The Frugal Fiduciary Small Business 401(k) Blog by Employee Fiduciary

Guess what percentage of ETF assets are actively managed?

Written by Greg Carpenter | Oct 8, 2013 11:11:04 PM

 

The answer is 0.12%. That’s 12/100ths of one percent. There are only 64 actively managed ETFs, and two of those (two popular PIMCO bond investments) account for over half of all of the assets. Passive ETFs account for 99.88% of the total $1.5 trillion in ETFs. The market share of actively managed ETFs is basically a rounding error. Why is this? ETFs have tax advantages over mutual funds – ETFs are taxed only when sold, while mutual funds must distribute taxable dividends and capital gains. ETFs are cheaper to operate, as investors trade them amongst themselves – no redemptions and cash management issues. Sounds like a winner. The stated reason for active manager’s “meh” attitude toward ETFs is transparency. Mutual funds (with $10.2 trillion in assets) are required to disclose the investment positions only quarterly. ETFs must disclose investment positions daily. If funds had to disclose daily, competitors could artificially drive individual security prices up or down, or even mimic the fund investor’s strategy. For more depth, click this article from The New York Times. Got it. Active mutual funds can only exist if shareholders are unaware of the securities held in the fund. And if you wanted to mimic the fund’s strategy, why not just buy the fund? I would suggest there are three other salient reasons for the paucity of active ETFs, and as usual for the Frugster, it has to do with fees and fee disclosure.

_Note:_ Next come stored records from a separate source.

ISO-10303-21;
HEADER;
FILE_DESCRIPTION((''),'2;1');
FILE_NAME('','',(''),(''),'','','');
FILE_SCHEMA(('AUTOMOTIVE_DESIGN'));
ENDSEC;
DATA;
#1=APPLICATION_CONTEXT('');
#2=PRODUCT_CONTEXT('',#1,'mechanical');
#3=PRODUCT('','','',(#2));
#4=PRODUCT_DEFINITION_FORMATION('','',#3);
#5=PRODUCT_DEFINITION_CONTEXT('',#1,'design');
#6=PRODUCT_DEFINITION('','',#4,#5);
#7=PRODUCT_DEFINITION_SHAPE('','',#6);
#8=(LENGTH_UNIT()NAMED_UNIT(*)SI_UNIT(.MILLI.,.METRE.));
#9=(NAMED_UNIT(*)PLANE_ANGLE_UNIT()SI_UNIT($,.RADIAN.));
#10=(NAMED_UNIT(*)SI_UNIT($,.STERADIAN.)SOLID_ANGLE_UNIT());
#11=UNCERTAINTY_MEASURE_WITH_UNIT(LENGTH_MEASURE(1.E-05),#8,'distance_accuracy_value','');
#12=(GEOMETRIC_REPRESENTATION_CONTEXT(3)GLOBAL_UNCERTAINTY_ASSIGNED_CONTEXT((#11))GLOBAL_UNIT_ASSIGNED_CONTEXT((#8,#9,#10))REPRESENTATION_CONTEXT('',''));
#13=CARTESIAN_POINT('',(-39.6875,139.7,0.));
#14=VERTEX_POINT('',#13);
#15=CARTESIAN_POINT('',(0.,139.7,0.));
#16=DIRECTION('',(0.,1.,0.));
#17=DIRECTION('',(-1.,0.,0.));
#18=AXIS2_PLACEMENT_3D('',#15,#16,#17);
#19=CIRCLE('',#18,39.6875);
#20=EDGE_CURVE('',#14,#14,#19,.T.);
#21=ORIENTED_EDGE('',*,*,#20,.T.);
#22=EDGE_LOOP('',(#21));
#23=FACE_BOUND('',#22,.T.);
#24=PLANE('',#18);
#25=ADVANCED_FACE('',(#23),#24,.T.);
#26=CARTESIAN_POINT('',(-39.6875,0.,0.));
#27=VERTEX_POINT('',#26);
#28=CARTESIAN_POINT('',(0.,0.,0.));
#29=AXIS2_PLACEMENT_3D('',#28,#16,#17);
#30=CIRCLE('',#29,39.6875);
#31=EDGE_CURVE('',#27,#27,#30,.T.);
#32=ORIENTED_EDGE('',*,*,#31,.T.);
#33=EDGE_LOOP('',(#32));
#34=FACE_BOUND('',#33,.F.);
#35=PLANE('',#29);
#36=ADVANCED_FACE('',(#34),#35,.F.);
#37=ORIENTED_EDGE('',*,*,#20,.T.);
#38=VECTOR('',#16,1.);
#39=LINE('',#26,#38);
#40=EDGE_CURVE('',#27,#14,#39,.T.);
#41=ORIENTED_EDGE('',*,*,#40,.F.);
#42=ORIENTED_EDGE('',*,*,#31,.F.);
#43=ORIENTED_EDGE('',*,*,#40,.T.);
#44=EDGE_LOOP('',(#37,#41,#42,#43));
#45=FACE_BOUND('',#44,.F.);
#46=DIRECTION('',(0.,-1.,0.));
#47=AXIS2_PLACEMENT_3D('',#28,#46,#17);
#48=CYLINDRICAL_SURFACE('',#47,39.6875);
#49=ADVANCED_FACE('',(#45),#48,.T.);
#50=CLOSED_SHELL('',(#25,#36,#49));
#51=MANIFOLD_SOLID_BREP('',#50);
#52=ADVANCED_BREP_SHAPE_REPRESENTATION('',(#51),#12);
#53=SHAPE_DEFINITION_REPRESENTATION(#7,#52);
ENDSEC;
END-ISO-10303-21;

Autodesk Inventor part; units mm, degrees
ref_plane "YZ Plane" through (0, 0, 0) normal (1, 0, 0) x (0, 1, 0)
ref_plane "XZ Plane" through (0, 0, 0) normal (0, 1, 0) x (-1, 0, 0)
ref_plane "XY Plane" through (0, 0, 0) normal (0, 0, 1) x (1, 0, 0)
sketch "Sketch1" plane through (0, 0, 0) normal (0, 1, 0) x (-1, 0, 0)
  circle A0 centre (0, 0) radius 39.6875
  dimension "d0" = 79.375
extrude "Extrusion1" add sketch "Sketch1" along normal blind 139.7
properties part number "Drive Motor" material "Acetal Resin, Black"
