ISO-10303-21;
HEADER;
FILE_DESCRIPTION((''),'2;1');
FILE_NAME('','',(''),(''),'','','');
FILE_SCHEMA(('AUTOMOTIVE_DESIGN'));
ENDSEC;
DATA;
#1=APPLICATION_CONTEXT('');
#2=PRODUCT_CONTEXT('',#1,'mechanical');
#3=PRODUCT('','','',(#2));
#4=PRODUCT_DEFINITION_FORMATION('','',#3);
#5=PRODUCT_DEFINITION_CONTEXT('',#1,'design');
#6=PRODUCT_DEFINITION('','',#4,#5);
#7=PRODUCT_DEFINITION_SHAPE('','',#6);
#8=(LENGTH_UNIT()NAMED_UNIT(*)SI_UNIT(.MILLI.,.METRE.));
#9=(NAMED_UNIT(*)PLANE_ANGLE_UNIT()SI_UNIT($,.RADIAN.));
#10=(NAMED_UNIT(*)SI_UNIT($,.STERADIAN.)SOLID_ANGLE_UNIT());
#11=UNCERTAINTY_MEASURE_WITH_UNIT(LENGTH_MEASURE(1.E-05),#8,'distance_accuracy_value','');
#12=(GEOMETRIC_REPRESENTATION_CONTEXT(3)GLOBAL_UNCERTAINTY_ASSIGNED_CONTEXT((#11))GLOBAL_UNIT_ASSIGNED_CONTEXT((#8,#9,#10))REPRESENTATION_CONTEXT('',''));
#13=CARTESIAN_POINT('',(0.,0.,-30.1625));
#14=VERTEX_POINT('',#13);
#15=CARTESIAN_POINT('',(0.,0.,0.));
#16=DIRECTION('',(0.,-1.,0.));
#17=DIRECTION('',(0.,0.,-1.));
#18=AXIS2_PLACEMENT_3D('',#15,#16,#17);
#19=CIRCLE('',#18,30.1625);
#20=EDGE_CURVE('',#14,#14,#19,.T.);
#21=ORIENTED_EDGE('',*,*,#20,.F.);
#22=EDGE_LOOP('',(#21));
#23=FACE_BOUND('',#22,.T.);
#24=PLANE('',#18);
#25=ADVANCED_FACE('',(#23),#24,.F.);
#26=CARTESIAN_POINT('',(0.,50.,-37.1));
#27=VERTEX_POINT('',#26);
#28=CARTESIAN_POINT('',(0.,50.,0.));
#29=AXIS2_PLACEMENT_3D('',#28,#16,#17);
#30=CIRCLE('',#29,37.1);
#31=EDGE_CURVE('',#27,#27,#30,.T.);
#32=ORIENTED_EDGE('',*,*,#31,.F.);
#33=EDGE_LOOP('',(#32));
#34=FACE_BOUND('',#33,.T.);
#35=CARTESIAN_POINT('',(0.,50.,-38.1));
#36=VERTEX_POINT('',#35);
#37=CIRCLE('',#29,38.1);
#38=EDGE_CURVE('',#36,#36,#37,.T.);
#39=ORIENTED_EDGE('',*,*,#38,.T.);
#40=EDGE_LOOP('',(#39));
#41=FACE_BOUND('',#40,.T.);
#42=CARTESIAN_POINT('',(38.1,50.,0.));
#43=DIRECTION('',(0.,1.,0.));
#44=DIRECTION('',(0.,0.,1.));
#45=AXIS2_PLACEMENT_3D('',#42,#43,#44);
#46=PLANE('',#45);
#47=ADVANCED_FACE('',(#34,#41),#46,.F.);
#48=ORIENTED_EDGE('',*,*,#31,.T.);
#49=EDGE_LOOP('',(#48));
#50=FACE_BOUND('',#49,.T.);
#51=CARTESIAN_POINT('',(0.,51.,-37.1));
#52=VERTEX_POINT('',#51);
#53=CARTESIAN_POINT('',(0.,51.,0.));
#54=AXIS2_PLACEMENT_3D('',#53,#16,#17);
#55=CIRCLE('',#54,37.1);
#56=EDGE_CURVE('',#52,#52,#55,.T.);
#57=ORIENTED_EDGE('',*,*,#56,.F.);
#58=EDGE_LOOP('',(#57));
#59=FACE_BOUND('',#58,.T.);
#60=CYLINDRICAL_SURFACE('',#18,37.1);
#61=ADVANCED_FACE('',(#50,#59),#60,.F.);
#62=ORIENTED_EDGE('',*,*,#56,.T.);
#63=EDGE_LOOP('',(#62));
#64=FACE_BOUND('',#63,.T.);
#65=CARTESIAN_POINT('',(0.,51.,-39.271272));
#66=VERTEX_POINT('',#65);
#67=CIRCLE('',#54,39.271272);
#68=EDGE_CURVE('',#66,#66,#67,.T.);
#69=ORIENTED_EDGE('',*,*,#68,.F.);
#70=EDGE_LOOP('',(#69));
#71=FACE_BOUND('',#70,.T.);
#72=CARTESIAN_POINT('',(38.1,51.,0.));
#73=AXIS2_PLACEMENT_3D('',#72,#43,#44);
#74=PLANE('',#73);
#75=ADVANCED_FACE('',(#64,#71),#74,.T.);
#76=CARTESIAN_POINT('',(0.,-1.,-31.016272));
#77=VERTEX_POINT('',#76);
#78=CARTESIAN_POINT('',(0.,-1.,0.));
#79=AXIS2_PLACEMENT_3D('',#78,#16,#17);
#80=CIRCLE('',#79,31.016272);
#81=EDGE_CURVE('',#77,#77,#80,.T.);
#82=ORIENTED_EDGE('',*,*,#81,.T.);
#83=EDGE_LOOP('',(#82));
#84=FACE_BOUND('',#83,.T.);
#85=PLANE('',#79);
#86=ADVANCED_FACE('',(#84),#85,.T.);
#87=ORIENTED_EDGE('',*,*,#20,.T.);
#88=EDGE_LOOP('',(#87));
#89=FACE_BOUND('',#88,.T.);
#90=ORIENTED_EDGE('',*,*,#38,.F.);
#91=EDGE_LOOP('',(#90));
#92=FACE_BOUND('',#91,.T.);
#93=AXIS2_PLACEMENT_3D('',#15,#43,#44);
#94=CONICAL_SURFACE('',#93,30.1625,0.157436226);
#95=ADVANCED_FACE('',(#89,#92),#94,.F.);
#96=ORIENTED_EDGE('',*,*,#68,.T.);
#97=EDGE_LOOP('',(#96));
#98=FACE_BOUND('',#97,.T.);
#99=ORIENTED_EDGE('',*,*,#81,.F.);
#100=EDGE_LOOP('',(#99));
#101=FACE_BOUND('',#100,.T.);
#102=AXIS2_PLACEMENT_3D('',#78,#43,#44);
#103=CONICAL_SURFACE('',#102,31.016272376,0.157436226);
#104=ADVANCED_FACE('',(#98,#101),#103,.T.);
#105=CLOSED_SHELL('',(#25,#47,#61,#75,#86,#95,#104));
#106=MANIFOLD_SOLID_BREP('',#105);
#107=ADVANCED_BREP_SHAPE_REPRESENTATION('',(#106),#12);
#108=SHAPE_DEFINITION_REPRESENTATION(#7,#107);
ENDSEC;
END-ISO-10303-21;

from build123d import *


with BuildPart() as part:
    # Sketch1 → Revolve-Thin3 (revolve)
    with BuildSketch(Plane.XY, mode=Mode.PRIVATE) as revolve_thin3_sk:
        Polygon((0, 0), (30.1625, 0), (38.1, 50), (37.1, 50), (37.1, 51), (39.271272376, 51), (31.016272376, -1), (0, -1), align=None)
    revolve(revolve_thin3_sk.sketch.rotate(Axis((0, 0, 0), (0, 1, 0)), 90), axis=Axis((0, 0, 0), (0, 1, 0)))


solid = part.part
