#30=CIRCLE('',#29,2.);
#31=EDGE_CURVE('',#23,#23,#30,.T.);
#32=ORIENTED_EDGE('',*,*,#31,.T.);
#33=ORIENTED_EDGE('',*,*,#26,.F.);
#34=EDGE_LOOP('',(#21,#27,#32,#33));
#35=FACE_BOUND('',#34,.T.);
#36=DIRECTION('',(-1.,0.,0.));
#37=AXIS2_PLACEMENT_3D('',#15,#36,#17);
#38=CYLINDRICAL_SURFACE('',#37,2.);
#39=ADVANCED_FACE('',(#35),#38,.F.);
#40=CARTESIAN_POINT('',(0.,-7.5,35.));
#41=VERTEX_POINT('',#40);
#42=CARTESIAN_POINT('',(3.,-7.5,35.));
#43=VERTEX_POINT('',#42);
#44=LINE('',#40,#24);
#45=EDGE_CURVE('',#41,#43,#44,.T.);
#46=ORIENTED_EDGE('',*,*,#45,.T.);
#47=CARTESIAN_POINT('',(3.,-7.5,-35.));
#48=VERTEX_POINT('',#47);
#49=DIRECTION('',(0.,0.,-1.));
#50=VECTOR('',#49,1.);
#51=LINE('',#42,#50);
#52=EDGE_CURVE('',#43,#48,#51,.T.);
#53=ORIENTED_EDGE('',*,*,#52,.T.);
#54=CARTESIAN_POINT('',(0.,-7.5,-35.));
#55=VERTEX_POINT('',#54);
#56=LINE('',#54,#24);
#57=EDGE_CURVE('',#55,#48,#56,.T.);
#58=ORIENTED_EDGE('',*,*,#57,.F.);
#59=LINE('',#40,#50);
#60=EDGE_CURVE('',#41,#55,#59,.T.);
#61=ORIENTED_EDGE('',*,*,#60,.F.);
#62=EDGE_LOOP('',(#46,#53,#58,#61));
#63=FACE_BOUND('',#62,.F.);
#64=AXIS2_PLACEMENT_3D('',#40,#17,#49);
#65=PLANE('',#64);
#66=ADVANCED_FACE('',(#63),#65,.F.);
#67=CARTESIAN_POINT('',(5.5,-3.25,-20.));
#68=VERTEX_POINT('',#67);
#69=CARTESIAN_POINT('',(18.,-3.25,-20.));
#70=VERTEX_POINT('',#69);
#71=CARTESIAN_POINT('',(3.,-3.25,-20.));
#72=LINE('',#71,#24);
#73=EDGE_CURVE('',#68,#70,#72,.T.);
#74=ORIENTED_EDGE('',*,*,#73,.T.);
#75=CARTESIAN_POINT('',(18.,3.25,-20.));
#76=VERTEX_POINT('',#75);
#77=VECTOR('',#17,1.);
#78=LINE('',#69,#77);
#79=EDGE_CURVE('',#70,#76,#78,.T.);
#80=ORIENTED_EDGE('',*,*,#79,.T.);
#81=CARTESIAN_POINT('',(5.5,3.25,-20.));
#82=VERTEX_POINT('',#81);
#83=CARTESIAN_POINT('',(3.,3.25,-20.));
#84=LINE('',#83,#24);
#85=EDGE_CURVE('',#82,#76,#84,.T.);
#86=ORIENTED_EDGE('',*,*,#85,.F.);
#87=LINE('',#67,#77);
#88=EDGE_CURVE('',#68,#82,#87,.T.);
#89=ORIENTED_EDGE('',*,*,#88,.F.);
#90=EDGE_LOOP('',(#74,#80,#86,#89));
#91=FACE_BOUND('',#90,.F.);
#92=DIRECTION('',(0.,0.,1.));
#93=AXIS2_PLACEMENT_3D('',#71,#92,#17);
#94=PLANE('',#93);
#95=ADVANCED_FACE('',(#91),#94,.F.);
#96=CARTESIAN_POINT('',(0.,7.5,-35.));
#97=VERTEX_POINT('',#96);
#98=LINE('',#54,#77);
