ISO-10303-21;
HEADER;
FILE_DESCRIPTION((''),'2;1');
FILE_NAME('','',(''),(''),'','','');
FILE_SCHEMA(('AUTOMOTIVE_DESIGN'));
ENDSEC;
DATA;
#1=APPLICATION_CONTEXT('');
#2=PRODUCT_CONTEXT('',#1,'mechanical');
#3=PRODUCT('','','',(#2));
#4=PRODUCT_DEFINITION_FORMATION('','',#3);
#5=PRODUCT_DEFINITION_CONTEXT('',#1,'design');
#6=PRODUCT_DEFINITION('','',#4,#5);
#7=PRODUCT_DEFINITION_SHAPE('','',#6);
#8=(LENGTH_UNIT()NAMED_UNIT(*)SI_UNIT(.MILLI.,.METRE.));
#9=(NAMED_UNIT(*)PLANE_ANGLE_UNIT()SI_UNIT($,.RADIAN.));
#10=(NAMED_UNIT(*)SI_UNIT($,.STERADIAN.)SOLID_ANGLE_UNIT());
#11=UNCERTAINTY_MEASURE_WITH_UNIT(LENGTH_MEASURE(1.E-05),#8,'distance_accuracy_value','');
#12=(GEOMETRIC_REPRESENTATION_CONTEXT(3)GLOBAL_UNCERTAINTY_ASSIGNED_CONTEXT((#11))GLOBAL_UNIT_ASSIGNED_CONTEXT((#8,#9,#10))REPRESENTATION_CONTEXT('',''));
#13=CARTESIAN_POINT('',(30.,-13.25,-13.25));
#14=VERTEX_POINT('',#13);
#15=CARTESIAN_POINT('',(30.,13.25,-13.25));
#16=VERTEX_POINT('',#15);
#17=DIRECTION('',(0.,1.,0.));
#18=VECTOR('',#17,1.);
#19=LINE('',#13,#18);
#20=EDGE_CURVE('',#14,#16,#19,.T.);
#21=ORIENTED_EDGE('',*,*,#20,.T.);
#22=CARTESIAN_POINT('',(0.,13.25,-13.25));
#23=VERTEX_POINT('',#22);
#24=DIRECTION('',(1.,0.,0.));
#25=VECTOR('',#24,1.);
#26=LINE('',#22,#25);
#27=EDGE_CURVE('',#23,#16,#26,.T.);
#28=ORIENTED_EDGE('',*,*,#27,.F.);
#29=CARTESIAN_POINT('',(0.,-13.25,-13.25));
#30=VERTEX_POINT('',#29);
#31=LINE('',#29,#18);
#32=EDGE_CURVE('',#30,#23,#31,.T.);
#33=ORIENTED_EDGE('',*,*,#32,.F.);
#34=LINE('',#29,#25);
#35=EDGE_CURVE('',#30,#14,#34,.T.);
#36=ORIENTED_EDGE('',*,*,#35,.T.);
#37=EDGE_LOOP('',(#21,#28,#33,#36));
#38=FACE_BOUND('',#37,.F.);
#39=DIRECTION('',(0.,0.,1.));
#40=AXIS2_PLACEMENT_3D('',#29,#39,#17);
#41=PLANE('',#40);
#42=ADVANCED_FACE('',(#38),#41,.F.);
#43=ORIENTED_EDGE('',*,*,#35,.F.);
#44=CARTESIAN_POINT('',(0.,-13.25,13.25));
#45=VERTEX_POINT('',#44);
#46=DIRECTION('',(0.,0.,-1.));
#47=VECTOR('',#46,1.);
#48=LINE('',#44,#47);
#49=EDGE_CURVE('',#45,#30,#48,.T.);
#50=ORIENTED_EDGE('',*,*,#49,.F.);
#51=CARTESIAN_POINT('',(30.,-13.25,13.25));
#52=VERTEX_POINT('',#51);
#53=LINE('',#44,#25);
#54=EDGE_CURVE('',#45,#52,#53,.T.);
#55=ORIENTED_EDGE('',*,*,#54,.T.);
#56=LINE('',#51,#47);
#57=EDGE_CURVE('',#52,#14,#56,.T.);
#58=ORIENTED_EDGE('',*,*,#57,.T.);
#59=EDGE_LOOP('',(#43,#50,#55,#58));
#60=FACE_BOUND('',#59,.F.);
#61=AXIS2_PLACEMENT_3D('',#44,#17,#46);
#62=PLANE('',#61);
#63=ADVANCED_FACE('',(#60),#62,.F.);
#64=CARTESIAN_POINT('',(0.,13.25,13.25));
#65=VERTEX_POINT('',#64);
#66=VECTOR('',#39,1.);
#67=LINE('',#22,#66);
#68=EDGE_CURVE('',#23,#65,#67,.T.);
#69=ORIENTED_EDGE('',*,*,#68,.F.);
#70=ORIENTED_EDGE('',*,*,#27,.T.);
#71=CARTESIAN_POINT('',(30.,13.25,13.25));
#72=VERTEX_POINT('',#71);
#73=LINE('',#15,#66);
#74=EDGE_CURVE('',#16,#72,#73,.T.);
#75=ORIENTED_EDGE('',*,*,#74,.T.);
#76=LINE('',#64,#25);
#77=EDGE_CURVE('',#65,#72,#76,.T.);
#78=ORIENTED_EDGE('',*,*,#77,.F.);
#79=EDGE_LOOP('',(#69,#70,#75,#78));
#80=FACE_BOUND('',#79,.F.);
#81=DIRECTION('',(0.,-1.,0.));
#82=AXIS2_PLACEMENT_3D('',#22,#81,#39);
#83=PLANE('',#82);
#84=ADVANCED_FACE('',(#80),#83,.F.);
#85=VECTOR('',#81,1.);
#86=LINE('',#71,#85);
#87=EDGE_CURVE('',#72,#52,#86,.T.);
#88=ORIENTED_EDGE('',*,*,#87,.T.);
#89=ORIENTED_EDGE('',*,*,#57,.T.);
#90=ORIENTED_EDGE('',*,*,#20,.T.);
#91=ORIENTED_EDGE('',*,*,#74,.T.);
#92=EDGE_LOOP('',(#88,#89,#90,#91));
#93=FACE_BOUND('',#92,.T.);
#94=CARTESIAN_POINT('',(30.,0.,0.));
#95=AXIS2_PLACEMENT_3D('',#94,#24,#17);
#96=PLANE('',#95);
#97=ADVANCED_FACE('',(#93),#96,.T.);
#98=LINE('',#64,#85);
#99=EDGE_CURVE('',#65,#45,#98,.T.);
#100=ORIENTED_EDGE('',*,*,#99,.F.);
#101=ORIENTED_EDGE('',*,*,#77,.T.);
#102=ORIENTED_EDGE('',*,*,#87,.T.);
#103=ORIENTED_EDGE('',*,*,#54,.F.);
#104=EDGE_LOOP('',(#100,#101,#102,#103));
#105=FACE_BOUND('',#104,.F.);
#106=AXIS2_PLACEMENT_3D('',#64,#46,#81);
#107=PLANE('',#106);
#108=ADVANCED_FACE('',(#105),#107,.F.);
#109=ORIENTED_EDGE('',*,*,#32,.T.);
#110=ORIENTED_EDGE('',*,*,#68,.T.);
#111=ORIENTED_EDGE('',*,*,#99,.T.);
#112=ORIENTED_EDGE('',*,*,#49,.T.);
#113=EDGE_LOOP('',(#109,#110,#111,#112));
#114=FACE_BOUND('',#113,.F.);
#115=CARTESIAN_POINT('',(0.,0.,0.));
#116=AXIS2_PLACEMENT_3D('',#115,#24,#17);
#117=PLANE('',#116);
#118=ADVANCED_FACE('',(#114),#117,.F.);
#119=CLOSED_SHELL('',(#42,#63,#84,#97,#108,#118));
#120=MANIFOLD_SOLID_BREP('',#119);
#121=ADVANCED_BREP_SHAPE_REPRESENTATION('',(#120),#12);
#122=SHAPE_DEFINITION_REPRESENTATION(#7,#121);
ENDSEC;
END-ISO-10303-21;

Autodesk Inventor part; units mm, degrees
ref_plane "YZ Plane" through (0, 0, 0) normal (1, 0, 0) x (0, 1, 0)
ref_plane "XZ Plane" through (0, 0, 0) normal (0, 1, 0) x (-1, 0, 0)
ref_plane "XY Plane" through (0, 0, 0) normal (0, 0, 1) x (1, 0, 0)
sketch "Skizze1" plane through (0, 0, 0) normal (1, 0, 0) x (0, 1, 0)
  line L0 (-13.25, -13.25) -> (13.25, -13.25)
  line L1 (13.25, -13.25) -> (13.25, 13.25)
  line L2 (13.25, 13.25) -> (-13.25, 13.25)
  line L3 (-13.25, 13.25) -> (-13.25, -13.25)
  line L4 (-13.25, -13.25) -> (13.25, 13.25) construction
  line L5 (13.25, -13.25) -> (-13.25, 13.25) construction
  point P0 (0, 0)
  dimension "d0" = 26.5
  dimension "d1" = 26.5
extrude "Extrusion1" add sketch "Skizze1" along normal blind 30
properties part number "MotorBlock"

  1. You can’t have share classes in an ETF. The ETF has a fee disclosure. If you want to charge a different amount for the investment strategy in the ETF, you have to have a different ETF. If you see two ETFs with identical investment strategy but different fees, you’ll choose the one with the lower costs.
  2. There is no distributor acting as middleman. Buyers and sellers trade on exchanges, just as they would equities and bonds. Fund companies would be unable to control rapid trading and would be unable to levy redemption fees.
  3. Most powerfully... ETF fees are fully disclosed. Let’s say Active ETF A has a total US Equity Market benchmark and Passive ETF B is indexed to that same benchmark. They compete side by side for five years. Performance and fees are fully disclosed and we get the rarely seen “apples to apples” comparison. There will be a winner and a loser.

Don’t hold your breath waiting for active management ETFs!